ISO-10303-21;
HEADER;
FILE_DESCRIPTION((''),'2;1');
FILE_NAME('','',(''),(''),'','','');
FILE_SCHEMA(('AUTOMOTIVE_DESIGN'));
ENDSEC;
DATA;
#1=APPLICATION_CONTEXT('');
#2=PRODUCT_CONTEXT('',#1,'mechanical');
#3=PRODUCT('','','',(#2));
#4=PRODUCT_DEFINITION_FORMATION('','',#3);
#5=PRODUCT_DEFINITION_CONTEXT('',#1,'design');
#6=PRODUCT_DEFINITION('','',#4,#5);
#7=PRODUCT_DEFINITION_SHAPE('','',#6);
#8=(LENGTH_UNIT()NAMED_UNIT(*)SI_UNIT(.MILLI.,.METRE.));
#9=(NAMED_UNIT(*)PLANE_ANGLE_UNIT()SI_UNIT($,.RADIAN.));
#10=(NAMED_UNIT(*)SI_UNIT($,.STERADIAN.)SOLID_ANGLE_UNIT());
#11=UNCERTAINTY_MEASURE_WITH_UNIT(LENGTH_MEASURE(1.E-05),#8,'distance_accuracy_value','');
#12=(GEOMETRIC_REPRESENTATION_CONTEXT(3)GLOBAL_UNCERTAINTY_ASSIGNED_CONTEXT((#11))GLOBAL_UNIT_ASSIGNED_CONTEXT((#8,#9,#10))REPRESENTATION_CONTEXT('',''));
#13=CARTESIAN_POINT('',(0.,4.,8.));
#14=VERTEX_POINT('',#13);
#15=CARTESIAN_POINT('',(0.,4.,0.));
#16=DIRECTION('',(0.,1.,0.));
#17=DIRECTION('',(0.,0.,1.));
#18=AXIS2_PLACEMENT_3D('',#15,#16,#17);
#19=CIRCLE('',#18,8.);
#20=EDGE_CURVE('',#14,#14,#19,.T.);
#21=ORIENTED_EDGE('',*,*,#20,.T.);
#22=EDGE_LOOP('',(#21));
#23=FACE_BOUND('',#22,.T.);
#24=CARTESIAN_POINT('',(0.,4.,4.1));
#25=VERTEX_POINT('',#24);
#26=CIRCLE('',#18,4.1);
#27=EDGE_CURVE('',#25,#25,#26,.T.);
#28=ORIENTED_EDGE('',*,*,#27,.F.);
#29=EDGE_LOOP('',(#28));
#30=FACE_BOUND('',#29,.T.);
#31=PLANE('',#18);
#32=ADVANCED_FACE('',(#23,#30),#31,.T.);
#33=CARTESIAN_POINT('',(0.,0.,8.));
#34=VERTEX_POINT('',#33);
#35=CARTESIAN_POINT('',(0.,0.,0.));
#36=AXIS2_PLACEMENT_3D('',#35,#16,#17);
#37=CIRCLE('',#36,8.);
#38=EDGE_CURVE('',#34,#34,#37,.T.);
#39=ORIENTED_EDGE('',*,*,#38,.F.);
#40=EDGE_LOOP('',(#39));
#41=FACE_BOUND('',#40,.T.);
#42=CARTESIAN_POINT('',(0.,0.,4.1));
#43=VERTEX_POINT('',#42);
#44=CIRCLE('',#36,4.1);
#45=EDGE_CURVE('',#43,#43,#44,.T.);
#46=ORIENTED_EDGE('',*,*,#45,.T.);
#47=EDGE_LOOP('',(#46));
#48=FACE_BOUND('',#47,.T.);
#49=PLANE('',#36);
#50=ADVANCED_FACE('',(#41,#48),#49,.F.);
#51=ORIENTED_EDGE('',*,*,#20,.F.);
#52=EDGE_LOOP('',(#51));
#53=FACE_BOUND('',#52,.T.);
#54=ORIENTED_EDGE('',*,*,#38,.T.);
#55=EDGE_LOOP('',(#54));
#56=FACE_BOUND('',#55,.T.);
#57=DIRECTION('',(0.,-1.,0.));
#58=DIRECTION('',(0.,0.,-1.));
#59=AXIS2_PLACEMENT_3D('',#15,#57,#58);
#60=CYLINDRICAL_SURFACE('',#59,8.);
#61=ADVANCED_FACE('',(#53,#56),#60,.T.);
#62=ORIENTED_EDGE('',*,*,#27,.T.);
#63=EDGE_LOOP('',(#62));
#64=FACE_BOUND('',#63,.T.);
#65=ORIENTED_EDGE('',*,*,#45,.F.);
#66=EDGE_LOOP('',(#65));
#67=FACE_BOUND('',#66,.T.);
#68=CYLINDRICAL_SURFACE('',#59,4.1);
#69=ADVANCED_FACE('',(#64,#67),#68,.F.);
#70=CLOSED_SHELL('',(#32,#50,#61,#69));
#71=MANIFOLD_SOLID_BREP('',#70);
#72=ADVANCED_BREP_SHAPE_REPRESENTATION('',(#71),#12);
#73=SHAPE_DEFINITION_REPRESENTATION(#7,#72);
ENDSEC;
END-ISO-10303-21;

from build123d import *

# Parameters (mm, degrees)
SKETCH_1_R      = 8
SKETCH_1_R_2    = 4.1
EXTRUDE_1_DEPTH = 4


with BuildPart() as part:
    # Эскиз1 → Бобышка-Вытянуть1 (new body)
    with BuildSketch(Plane(origin=(0, 0, 0), x_dir=(1, 0, 0), z_dir=(0, 1, 0))):
        with Locations(Location((0, 0, 0), (0, 0, 270))):
            Circle(SKETCH_1_R)
        with Locations(Location((0, 0, 0), (0, 0, 270))):
            Circle(SKETCH_1_R_2, mode=Mode.SUBTRACT)
    extrude(amount=EXTRUDE_1_DEPTH)


solid = part.part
====
▶ WORK TO BE COMPLETED: In the entries above, one line contains "#58=DIRECTION('',(0.,0.,-1.));" and another contains "END-ISO-10303-21;". Reproduce exactly those two lines and the lines between them, nothing else.

▶ ANSWER TO THIS TASK:
#58=DIRECTION('',(0.,0.,-1.));
#59=AXIS2_PLACEMENT_3D('',#15,#57,#58);
#60=CYLINDRICAL_SURFACE('',#59,8.);
#61=ADVANCED_FACE('',(#53,#56),#60,.T.);
#62=ORIENTED_EDGE('',*,*,#27,.T.);
#63=EDGE_LOOP('',(#62));
#64=FACE_BOUND('',#63,.T.);
#65=ORIENTED_EDGE('',*,*,#45,.F.);
#66=EDGE_LOOP('',(#65));
#67=FACE_BOUND('',#66,.T.);
#68=CYLINDRICAL_SURFACE('',#59,4.1);
#69=ADVANCED_FACE('',(#64,#67),#68,.F.);
#70=CLOSED_SHELL('',(#32,#50,#61,#69));
#71=MANIFOLD_SOLID_BREP('',#70);
#72=ADVANCED_BREP_SHAPE_REPRESENTATION('',(#71),#12);
#73=SHAPE_DEFINITION_REPRESENTATION(#7,#72);
ENDSEC;
END-ISO-10303-21;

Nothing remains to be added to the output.